Exercise prompt:
Below is a listing from which only part is wanted; return exactly the lines from the one with "v35 (97.772153,15,-20.990621)" up to and including the one with "v38 (-55,20,37.5)".

:: Extracted material ::

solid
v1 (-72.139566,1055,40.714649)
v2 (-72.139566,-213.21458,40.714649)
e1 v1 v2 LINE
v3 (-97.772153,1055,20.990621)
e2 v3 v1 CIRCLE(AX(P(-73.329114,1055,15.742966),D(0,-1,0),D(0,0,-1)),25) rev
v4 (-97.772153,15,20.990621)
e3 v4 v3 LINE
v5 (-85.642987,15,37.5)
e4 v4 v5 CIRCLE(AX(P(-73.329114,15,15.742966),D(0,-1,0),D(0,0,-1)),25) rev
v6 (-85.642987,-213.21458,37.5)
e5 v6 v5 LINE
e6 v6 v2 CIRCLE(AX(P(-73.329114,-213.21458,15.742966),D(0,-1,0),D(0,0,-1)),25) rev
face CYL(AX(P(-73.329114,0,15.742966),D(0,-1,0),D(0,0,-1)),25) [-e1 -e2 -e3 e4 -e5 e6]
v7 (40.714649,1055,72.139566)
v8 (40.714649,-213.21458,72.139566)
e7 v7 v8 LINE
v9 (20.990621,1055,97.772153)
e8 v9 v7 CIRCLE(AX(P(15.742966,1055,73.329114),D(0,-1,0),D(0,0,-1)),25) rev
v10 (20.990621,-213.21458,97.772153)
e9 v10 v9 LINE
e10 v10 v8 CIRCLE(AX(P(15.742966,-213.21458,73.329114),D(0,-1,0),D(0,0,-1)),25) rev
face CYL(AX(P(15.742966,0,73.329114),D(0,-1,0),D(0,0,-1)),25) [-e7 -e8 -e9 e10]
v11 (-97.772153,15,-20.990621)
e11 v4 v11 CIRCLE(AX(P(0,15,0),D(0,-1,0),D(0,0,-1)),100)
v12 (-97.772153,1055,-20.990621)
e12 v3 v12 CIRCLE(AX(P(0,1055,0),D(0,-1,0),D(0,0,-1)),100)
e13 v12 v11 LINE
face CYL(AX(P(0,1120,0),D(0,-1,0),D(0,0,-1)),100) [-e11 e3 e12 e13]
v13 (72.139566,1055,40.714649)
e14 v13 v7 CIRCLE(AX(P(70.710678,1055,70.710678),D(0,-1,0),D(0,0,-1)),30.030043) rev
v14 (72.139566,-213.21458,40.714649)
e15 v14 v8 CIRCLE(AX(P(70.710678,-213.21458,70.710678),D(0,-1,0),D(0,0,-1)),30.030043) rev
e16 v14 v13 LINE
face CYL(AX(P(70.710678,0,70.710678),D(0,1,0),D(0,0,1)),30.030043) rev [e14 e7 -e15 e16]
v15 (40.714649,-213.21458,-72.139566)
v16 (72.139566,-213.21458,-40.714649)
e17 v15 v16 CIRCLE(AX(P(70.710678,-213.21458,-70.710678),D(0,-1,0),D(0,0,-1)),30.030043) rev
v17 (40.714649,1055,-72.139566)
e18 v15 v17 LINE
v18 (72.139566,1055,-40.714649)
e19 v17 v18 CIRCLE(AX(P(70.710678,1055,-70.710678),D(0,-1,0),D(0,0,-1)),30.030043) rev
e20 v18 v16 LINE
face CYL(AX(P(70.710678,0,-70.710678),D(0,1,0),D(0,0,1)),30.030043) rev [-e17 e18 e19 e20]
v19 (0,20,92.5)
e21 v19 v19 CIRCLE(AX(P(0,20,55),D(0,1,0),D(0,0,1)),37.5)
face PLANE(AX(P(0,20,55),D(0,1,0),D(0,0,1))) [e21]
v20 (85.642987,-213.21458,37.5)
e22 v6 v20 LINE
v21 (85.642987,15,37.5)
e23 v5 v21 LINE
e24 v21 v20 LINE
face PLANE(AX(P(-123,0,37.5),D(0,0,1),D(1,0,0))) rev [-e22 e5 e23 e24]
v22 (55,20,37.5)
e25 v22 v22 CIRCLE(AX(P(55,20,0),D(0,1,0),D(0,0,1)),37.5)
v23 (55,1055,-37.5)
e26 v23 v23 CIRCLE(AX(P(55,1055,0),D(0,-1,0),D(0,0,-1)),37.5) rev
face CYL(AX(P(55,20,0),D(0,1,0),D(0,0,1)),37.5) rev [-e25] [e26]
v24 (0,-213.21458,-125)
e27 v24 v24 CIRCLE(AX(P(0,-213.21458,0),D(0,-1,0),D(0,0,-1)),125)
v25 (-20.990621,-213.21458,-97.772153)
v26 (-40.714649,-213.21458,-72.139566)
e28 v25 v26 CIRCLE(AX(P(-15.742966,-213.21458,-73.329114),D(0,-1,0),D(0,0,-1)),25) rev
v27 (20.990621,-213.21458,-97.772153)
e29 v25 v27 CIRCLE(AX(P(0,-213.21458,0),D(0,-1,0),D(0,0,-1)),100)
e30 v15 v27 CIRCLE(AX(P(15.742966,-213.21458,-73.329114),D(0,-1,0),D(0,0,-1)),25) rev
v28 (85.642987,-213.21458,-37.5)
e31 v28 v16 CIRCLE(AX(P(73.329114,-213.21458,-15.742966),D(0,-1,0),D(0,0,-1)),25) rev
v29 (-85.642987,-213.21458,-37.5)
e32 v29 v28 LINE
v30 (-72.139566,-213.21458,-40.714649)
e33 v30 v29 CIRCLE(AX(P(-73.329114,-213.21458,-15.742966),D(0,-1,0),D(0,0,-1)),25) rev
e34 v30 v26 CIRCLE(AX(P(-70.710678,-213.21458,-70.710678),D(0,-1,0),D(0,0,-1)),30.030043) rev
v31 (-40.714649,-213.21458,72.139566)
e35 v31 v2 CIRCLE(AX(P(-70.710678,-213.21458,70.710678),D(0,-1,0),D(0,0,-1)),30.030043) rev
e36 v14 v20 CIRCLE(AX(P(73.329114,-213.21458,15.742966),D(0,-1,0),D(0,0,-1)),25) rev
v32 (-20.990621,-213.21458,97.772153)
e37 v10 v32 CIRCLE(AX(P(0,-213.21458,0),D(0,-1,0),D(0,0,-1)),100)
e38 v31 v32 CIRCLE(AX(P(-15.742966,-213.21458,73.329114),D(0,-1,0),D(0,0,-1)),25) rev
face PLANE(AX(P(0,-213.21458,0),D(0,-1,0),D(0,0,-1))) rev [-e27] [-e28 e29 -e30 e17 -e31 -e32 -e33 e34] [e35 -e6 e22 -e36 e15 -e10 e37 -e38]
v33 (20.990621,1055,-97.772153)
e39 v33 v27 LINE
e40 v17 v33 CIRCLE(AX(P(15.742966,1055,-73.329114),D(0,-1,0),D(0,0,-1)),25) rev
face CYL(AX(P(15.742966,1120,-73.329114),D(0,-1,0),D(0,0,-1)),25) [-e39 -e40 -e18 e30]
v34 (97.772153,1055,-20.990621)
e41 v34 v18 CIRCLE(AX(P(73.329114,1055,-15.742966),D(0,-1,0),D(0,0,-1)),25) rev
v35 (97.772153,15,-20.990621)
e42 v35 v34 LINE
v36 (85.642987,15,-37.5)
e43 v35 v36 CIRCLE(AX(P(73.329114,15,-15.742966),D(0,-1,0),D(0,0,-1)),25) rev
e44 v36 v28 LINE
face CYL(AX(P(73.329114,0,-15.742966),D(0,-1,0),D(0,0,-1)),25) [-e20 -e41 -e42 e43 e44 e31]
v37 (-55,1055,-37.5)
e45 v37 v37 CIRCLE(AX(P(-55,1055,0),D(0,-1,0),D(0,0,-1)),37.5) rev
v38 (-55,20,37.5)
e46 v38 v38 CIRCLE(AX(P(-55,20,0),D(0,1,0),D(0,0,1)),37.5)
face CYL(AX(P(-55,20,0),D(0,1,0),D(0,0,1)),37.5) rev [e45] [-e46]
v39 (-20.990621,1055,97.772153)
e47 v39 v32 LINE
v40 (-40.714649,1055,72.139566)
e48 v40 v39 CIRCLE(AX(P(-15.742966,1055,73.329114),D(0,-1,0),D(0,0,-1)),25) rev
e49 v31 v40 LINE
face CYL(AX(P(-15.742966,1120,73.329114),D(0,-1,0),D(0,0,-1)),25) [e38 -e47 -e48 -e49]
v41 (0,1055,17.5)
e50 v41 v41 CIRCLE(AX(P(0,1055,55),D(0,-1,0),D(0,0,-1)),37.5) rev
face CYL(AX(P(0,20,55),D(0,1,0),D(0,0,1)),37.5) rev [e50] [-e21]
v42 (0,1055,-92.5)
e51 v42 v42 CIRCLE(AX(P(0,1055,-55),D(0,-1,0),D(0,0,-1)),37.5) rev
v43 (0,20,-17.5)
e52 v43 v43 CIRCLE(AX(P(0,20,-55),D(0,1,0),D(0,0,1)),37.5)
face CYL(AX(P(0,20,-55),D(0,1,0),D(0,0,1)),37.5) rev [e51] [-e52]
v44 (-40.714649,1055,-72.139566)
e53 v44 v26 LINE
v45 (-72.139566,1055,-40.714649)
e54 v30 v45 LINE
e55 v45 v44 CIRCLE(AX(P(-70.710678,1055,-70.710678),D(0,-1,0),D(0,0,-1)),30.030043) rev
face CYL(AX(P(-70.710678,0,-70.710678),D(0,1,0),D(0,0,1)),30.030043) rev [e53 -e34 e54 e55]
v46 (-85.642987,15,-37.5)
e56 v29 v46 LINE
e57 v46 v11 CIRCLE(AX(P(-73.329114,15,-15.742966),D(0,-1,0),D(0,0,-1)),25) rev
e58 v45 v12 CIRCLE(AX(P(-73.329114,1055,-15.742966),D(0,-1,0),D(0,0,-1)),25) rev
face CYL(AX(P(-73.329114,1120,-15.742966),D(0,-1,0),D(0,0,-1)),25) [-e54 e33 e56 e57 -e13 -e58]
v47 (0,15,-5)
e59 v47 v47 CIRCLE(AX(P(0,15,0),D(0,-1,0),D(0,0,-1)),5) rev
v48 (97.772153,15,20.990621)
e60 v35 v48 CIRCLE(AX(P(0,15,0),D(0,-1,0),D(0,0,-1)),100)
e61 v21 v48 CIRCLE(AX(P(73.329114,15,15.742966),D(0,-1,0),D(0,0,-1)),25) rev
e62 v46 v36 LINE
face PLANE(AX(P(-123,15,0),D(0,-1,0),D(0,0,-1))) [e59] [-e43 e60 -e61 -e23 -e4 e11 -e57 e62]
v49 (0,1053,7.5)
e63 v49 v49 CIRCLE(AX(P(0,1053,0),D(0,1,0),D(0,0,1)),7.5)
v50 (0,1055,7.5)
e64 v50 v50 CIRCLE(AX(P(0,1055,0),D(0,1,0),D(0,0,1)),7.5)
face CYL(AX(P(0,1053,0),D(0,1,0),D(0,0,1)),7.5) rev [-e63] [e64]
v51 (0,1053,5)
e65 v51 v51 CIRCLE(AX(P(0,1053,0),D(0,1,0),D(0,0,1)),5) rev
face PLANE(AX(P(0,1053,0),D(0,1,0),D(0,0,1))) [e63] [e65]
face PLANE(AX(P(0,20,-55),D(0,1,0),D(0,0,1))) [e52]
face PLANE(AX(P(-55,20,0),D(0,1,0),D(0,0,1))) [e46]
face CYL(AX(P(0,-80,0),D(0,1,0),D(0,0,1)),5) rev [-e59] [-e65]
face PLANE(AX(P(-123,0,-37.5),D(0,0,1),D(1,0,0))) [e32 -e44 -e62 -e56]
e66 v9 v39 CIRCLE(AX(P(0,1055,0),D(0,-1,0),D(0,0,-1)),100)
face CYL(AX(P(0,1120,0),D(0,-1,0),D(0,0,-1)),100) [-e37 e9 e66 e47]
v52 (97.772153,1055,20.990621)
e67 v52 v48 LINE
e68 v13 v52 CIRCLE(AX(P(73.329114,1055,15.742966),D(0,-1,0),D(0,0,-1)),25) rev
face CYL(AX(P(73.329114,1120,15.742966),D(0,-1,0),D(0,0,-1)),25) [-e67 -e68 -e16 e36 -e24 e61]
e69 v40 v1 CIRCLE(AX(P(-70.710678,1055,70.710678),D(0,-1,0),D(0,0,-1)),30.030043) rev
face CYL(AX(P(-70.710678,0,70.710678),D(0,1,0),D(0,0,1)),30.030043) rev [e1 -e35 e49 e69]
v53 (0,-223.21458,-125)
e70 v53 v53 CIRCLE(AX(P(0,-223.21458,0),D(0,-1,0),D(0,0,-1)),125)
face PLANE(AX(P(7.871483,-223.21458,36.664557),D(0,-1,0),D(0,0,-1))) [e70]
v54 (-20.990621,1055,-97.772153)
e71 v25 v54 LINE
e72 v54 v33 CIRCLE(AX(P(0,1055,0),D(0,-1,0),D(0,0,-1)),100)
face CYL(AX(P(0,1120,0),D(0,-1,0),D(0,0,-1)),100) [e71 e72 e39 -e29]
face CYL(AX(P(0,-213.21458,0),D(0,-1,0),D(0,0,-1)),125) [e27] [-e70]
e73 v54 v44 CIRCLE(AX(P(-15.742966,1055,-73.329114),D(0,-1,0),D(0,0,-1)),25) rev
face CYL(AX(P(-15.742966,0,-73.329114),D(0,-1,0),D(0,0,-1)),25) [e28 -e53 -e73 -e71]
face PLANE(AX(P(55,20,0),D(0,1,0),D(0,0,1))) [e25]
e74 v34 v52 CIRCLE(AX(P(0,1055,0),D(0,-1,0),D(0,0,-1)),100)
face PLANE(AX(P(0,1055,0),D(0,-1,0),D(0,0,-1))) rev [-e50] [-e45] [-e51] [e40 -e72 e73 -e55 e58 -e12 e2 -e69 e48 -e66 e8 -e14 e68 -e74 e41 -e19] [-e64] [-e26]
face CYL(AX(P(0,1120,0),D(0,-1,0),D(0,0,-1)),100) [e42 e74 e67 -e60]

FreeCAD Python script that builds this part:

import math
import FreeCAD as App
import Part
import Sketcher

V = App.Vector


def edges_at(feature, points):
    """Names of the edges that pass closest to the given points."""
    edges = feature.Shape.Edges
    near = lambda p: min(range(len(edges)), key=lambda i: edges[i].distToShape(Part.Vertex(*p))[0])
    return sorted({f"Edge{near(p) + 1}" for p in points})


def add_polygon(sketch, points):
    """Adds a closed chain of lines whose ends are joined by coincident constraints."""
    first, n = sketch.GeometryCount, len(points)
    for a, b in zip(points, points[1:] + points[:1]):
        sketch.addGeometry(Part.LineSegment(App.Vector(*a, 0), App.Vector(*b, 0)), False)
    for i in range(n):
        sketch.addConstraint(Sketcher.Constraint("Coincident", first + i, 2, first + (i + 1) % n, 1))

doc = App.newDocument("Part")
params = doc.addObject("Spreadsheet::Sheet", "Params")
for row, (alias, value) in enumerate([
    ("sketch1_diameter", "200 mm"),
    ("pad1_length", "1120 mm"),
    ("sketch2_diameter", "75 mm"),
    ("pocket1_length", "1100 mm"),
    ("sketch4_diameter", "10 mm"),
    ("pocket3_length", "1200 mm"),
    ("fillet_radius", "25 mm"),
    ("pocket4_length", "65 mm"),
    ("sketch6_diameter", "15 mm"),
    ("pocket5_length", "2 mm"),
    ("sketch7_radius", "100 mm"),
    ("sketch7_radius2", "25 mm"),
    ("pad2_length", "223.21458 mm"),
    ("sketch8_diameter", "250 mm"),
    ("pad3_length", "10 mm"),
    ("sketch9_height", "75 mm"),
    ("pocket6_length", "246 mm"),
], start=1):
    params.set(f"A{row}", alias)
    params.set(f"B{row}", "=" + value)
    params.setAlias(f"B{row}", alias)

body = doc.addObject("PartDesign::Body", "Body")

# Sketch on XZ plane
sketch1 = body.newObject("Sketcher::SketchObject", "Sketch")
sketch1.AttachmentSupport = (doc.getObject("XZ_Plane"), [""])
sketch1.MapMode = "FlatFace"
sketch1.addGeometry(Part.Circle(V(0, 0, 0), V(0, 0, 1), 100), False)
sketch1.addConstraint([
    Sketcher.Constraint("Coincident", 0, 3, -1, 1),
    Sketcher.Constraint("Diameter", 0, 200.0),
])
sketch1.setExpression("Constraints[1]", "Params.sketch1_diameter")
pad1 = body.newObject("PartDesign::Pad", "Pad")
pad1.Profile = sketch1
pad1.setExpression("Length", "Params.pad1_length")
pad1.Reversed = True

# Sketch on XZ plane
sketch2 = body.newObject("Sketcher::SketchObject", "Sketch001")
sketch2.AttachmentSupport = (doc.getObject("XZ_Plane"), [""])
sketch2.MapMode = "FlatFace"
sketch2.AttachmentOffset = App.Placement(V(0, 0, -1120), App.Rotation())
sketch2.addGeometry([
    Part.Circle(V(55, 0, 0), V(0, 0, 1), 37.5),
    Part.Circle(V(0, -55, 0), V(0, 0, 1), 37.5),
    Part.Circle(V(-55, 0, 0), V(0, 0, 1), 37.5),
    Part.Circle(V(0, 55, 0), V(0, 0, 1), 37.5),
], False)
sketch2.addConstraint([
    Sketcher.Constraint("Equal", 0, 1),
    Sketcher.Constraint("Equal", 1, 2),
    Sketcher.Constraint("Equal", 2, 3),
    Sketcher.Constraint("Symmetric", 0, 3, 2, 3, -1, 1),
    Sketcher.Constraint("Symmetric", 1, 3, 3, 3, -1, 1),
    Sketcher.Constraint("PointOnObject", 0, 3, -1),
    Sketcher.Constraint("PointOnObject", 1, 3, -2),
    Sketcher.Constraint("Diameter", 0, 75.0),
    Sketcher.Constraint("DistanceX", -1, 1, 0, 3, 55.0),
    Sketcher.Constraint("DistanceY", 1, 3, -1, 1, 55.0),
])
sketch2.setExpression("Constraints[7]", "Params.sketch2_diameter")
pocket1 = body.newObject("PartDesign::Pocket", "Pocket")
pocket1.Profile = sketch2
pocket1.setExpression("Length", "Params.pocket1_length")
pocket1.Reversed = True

:::

Response box:
v35 (97.772153,15,-20.990621)
e42 v35 v34 LINE
v36 (85.642987,15,-37.5)
e43 v35 v36 CIRCLE(AX(P(73.329114,15,-15.742966),D(0,-1,0),D(0,0,-1)),25) rev
e44 v36 v28 LINE
face CYL(AX(P(73.329114,0,-15.742966),D(0,-1,0),D(0,0,-1)),25) [-e20 -e41 -e42 e43 e44 e31]
v37 (-55,1055,-37.5)
e45 v37 v37 CIRCLE(AX(P(-55,1055,0),D(0,-1,0),D(0,0,-1)),37.5) rev
v38 (-55,20,37.5)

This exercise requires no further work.